:: Task directions ::
Retype, word for word, every line of the records below starting at the one that contains "v47 (12.7,-25.4,3.175)" and ending at the one that contains "e84 v14 v60 LINE"; include both of those lines and nothing more.

:: Record excerpts ::
⁂

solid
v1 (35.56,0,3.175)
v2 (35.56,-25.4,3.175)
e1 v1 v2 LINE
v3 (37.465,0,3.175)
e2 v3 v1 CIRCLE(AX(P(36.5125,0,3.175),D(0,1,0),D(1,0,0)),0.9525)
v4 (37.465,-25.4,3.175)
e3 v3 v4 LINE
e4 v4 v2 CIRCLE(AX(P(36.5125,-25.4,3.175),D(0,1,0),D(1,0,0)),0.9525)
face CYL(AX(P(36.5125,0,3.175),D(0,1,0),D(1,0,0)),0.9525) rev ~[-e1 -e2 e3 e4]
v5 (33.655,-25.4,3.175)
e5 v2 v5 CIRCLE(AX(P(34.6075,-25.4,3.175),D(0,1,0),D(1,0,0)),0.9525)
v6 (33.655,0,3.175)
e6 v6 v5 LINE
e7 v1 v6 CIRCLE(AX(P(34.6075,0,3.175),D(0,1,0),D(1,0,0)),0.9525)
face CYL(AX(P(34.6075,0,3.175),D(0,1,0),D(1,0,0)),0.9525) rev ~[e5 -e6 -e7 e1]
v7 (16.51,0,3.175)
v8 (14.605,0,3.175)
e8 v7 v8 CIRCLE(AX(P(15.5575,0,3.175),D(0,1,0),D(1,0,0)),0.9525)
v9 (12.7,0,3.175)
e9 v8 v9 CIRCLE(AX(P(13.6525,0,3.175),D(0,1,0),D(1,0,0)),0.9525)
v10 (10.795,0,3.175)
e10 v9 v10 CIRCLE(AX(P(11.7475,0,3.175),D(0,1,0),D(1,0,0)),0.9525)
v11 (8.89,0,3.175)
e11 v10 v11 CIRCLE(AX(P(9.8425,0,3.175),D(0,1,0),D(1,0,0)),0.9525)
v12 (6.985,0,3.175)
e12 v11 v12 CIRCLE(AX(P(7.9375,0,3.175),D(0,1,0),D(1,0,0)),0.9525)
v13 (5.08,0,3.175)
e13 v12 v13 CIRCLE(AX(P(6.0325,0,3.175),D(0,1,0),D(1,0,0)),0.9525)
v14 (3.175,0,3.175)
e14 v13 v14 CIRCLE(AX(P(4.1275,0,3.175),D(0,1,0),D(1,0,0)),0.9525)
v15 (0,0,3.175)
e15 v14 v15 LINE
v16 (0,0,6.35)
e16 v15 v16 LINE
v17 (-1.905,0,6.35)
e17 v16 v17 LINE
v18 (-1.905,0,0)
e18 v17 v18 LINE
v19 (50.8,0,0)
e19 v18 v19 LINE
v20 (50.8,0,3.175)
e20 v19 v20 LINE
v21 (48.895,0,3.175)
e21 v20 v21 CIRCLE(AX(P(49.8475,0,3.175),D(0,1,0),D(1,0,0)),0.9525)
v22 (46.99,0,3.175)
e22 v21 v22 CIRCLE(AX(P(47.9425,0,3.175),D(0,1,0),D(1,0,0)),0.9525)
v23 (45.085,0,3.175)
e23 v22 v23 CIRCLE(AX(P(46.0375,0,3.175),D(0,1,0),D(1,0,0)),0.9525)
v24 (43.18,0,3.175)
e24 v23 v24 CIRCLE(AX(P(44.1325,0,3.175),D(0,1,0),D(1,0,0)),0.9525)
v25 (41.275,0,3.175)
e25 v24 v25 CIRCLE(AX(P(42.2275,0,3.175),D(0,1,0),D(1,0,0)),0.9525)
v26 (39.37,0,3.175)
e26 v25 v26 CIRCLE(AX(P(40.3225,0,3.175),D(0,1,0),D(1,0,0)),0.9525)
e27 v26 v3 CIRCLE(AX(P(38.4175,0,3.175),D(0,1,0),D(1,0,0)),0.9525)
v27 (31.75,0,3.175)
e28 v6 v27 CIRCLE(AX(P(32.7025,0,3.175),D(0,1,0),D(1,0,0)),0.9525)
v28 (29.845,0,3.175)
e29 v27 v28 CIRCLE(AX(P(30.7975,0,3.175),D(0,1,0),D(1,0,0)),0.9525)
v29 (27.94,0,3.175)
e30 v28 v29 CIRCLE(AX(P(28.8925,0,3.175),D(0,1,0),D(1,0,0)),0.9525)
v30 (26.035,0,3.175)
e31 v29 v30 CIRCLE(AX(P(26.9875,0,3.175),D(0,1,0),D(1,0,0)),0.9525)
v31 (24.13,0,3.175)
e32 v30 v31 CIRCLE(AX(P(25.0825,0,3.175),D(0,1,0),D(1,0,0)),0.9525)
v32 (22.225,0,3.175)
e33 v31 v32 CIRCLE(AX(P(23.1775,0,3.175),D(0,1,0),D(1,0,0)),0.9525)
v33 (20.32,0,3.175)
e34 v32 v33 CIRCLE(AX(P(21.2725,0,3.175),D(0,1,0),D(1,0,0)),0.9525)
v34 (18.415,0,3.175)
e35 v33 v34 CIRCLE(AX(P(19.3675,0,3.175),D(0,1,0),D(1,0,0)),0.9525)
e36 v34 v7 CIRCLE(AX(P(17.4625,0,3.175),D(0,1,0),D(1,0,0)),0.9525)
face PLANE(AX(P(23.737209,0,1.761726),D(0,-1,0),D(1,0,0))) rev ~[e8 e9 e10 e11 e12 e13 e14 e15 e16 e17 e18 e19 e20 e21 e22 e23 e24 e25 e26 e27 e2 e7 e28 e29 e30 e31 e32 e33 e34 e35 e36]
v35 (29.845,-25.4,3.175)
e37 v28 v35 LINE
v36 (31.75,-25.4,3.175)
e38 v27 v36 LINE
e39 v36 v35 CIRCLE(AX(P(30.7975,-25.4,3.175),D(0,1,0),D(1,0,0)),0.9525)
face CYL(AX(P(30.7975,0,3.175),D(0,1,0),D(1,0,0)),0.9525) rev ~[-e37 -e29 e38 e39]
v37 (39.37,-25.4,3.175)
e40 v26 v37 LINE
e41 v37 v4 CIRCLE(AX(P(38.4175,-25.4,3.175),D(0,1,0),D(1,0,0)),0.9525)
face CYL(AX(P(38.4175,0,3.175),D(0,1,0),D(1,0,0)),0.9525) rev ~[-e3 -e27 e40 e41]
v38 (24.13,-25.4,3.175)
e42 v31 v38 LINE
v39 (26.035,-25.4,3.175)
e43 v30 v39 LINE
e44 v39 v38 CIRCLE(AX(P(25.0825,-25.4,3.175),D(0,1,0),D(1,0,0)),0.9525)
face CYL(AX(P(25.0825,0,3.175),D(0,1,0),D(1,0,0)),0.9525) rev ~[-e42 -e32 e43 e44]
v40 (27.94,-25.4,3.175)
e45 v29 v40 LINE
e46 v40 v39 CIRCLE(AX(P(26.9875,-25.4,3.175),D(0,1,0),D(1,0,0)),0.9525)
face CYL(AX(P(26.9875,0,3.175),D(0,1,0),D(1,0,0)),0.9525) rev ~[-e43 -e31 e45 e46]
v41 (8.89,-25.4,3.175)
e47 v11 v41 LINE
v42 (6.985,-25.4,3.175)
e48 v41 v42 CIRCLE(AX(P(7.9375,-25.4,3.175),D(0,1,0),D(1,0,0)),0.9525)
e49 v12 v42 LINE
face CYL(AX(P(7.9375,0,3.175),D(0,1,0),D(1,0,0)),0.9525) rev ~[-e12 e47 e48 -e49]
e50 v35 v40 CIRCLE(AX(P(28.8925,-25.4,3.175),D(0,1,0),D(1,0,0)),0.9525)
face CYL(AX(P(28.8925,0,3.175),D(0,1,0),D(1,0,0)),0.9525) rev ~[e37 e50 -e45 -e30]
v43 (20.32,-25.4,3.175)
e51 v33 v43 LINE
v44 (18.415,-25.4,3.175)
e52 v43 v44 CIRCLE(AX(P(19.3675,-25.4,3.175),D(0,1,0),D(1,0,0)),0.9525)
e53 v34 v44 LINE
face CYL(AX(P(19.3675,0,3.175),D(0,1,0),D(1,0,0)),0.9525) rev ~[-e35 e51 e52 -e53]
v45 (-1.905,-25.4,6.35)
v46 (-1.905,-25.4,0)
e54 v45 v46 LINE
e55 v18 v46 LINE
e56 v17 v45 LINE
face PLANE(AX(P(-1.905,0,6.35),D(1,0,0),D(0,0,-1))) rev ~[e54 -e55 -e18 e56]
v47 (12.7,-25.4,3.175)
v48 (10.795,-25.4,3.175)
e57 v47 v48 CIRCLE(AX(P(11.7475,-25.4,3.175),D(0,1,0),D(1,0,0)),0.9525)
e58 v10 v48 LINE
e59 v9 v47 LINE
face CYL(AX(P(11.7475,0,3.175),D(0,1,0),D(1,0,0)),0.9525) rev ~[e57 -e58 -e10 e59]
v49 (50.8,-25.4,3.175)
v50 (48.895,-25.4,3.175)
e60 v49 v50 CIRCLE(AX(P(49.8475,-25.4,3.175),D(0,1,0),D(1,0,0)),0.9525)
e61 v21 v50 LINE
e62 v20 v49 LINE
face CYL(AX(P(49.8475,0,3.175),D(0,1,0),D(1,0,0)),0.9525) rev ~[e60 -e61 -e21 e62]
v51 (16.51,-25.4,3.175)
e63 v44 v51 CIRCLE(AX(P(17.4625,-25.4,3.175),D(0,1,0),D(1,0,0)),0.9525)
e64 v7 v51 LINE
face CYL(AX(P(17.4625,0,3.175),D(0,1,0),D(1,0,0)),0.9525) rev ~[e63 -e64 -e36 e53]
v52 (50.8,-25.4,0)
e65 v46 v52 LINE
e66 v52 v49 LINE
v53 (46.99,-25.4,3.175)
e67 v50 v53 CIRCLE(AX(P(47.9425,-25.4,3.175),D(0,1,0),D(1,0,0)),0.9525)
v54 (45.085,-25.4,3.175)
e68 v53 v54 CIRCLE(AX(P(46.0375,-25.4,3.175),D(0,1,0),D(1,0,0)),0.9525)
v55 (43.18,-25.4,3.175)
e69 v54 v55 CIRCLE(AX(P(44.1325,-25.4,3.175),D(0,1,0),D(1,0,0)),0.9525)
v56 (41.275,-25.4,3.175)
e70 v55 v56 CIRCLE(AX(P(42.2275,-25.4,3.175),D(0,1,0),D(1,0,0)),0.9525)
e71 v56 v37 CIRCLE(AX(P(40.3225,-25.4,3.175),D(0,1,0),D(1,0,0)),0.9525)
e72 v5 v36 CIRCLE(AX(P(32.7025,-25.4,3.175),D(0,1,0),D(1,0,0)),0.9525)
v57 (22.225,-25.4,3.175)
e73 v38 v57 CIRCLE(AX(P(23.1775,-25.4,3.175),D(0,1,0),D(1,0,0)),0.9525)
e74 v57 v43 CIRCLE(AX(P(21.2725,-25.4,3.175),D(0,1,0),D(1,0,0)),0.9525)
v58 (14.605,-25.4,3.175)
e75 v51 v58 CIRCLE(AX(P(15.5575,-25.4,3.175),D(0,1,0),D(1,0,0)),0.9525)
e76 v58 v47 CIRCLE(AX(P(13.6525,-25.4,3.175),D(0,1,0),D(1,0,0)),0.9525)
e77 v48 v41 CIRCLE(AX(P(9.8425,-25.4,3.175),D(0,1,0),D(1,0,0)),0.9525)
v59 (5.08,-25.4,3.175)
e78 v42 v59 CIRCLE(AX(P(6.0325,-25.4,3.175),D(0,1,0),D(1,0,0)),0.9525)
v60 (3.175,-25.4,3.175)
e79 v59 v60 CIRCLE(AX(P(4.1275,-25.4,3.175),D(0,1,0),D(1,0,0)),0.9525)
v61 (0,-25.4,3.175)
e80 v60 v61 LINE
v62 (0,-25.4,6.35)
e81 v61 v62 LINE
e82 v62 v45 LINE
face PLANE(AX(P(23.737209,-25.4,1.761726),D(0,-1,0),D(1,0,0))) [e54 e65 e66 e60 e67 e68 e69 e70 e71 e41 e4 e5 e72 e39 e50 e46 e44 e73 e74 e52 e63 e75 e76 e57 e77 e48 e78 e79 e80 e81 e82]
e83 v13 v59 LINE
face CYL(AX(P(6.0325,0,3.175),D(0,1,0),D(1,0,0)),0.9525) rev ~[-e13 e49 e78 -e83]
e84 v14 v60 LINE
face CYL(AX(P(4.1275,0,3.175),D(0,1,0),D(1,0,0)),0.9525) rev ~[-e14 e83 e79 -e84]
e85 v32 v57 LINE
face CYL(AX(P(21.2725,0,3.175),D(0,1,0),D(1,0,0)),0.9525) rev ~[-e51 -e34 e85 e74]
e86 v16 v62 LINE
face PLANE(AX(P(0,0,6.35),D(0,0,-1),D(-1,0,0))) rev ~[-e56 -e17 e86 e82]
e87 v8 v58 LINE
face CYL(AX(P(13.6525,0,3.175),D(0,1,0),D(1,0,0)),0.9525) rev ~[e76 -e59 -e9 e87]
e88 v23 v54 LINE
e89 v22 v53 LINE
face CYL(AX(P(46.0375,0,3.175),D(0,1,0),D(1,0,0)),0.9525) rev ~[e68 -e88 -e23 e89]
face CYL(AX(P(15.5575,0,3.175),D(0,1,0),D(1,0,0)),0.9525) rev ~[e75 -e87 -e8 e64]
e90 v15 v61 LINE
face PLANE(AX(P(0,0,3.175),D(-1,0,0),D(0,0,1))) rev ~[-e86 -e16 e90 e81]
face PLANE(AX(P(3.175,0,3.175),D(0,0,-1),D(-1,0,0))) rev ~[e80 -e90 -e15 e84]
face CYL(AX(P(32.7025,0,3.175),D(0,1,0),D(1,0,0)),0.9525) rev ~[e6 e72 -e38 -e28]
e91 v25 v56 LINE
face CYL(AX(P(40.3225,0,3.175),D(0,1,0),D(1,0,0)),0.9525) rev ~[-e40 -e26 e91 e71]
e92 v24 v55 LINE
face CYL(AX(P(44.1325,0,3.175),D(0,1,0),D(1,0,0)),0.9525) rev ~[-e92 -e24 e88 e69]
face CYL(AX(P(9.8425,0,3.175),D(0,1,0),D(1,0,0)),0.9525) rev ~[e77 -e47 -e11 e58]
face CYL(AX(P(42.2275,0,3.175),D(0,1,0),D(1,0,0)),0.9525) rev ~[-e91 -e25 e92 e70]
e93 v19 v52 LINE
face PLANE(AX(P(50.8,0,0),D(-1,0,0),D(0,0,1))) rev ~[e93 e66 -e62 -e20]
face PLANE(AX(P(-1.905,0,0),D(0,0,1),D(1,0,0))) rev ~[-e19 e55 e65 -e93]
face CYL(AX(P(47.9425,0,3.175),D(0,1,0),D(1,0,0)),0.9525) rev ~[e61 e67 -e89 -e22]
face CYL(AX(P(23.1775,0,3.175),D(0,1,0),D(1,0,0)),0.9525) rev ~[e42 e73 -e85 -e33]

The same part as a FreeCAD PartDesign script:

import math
import FreeCAD as App
import Part
import Sketcher
from FreeCAD import Vector
Q = App.Units.Quantity

doc = App.newDocument("Part")
body = doc.addObject("PartDesign::Body", "Body")

# Sketch on XZ plane
sketch1 = body.newObject("Sketcher::SketchObject", "Sketch")
sketch1.AttachmentSupport = (doc.getObject("XZ_Plane"), [""])
sketch1.MapMode = "FlatFace"
sketch1.addGeometry([
    Part.LineSegment(Vector(-1.9, 0, 0), Vector(50.8, 0, 0)),  # 0
    Part.LineSegment(Vector(50.8, 0, 0), Vector(50.8, 3.2, 0)),  # 1
    Part.ArcOfCircle(Part.Circle(Vector(49.8, 3.2, 0), Vector(0, 0, 1), 1), math.radians(180), math.radians(360)),  # 2
    Part.ArcOfCircle(Part.Circle(Vector(47.9, 3.2, 0), Vector(0, 0, 1), 1), math.radians(180), math.radians(360)),  # 3
    Part.ArcOfCircle(Part.Circle(Vector(46, 3.2, 0), Vector(0, 0, 1), 1), math.radians(180), math.radians(360)),  # 4
    Part.ArcOfCircle(Part.Circle(Vector(44.1, 3.2, 0), Vector(0, 0, 1), 1), math.radians(180), math.radians(360)),  # 5
    Part.ArcOfCircle(Part.Circle(Vector(42.2, 3.2, 0), Vector(0, 0, 1), 1), math.radians(180), math.radians(360)),  # 6
    Part.ArcOfCircle(Part.Circle(Vector(40.3, 3.2, 0), Vector(0, 0, 1), 1), math.radians(180), math.radians(360)),  # 7
    Part.ArcOfCircle(Part.Circle(Vector(38.4, 3.2, 0), Vector(0, 0, 1), 1), math.radians(180), math.radians(360)),  # 8
    Part.ArcOfCircle(Part.Circle(Vector(36.5, 3.2, 0), Vector(0, 0, 1), 1), math.radians(180), math.radians(360)),  # 9
    Part.ArcOfCircle(Part.Circle(Vector(34.6, 3.2, 0), Vector(0, 0, 1), 1), math.radians(180), math.radians(360)),  # 10
    Part.ArcOfCircle(Part.Circle(Vector(32.7, 3.2, 0), Vector(0, 0, 1), 1), math.radians(180), math.radians(360)),  # 11
    Part.ArcOfCircle(Part.Circle(Vector(30.8, 3.2, 0), Vector(0, 0, 1), 1), math.radians(180), math.radians(360)),  # 12
    Part.ArcOfCircle(Part.Circle(Vector(28.9, 3.2, 0), Vector(0, 0, 1), 1), math.radians(180), math.radians(360)),  # 13
    Part.ArcOfCircle(Part.Circle(Vector(27, 3.2, 0), Vector(0, 0, 1), 1), math.radians(180), math.radians(360)),  # 14
    Part.ArcOfCircle(Part.Circle(Vector(25.1, 3.2, 0), Vector(0, 0, 1), 1), math.radians(180), math.radians(360)),  # 15
    Part.ArcOfCircle(Part.Circle(Vector(23.2, 3.2, 0), Vector(0, 0, 1), 1), math.radians(180), math.radians(360)),  # 16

⁂

:: Reply ::
v47 (12.7,-25.4,3.175)
v48 (10.795,-25.4,3.175)
e57 v47 v48 CIRCLE(AX(P(11.7475,-25.4,3.175),D(0,1,0),D(1,0,0)),0.9525)
e58 v10 v48 LINE
e59 v9 v47 LINE
face CYL(AX(P(11.7475,0,3.175),D(0,1,0),D(1,0,0)),0.9525) rev ~[e57 -e58 -e10 e59]
v49 (50.8,-25.4,3.175)
v50 (48.895,-25.4,3.175)
e60 v49 v50 CIRCLE(AX(P(49.8475,-25.4,3.175),D(0,1,0),D(1,0,0)),0.9525)
e61 v21 v50 LINE
e62 v20 v49 LINE
face CYL(AX(P(49.8475,0,3.175),D(0,1,0),D(1,0,0)),0.9525) rev ~[e60 -e61 -e21 e62]
v51 (16.51,-25.4,3.175)
e63 v44 v51 CIRCLE(AX(P(17.4625,-25.4,3.175),D(0,1,0),D(1,0,0)),0.9525)
e64 v7 v51 LINE
face CYL(AX(P(17.4625,0,3.175),D(0,1,0),D(1,0,0)),0.9525) rev ~[e63 -e64 -e36 e53]
v52 (50.8,-25.4,0)
e65 v46 v52 LINE
e66 v52 v49 LINE
v53 (46.99,-25.4,3.175)
e67 v50 v53 CIRCLE(AX(P(47.9425,-25.4,3.175),D(0,1,0),D(1,0,0)),0.9525)
v54 (45.085,-25.4,3.175)
e68 v53 v54 CIRCLE(AX(P(46.0375,-25.4,3.175),D(0,1,0),D(1,0,0)),0.9525)
v55 (43.18,-25.4,3.175)
e69 v54 v55 CIRCLE(AX(P(44.1325,-25.4,3.175),D(0,1,0),D(1,0,0)),0.9525)
v56 (41.275,-25.4,3.175)
e70 v55 v56 CIRCLE(AX(P(42.2275,-25.4,3.175),D(0,1,0),D(1,0,0)),0.9525)
e71 v56 v37 CIRCLE(AX(P(40.3225,-25.4,3.175),D(0,1,0),D(1,0,0)),0.9525)
e72 v5 v36 CIRCLE(AX(P(32.7025,-25.4,3.175),D(0,1,0),D(1,0,0)),0.9525)
v57 (22.225,-25.4,3.175)
e73 v38 v57 CIRCLE(AX(P(23.1775,-25.4,3.175),D(0,1,0),D(1,0,0)),0.9525)
e74 v57 v43 CIRCLE(AX(P(21.2725,-25.4,3.175),D(0,1,0),D(1,0,0)),0.9525)
v58 (14.605,-25.4,3.175)
e75 v51 v58 CIRCLE(AX(P(15.5575,-25.4,3.175),D(0,1,0),D(1,0,0)),0.9525)
e76 v58 v47 CIRCLE(AX(P(13.6525,-25.4,3.175),D(0,1,0),D(1,0,0)),0.9525)
e77 v48 v41 CIRCLE(AX(P(9.8425,-25.4,3.175),D(0,1,0),D(1,0,0)),0.9525)
v59 (5.08,-25.4,3.175)
e78 v42 v59 CIRCLE(AX(P(6.0325,-25.4,3.175),D(0,1,0),D(1,0,0)),0.9525)
v60 (3.175,-25.4,3.175)
e79 v59 v60 CIRCLE(AX(P(4.1275,-25.4,3.175),D(0,1,0),D(1,0,0)),0.9525)
v61 (0,-25.4,3.175)
e80 v60 v61 LINE
v62 (0,-25.4,6.35)
e81 v61 v62 LINE
e82 v62 v45 LINE
face PLANE(AX(P(23.737209,-25.4,1.761726),D(0,-1,0),D(1,0,0))) [e54 e65 e66 e60 e67 e68 e69 e70 e71 e41 e4 e5 e72 e39 e50 e46 e44 e73 e74 e52 e63 e75 e76 e57 e77 e48 e78 e79 e80 e81 e82]
e83 v13 v59 LINE
face CYL(AX(P(6.0325,0,3.175),D(0,1,0),D(1,0,0)),0.9525) rev ~[-e13 e49 e78 -e83]
e84 v14 v60 LINE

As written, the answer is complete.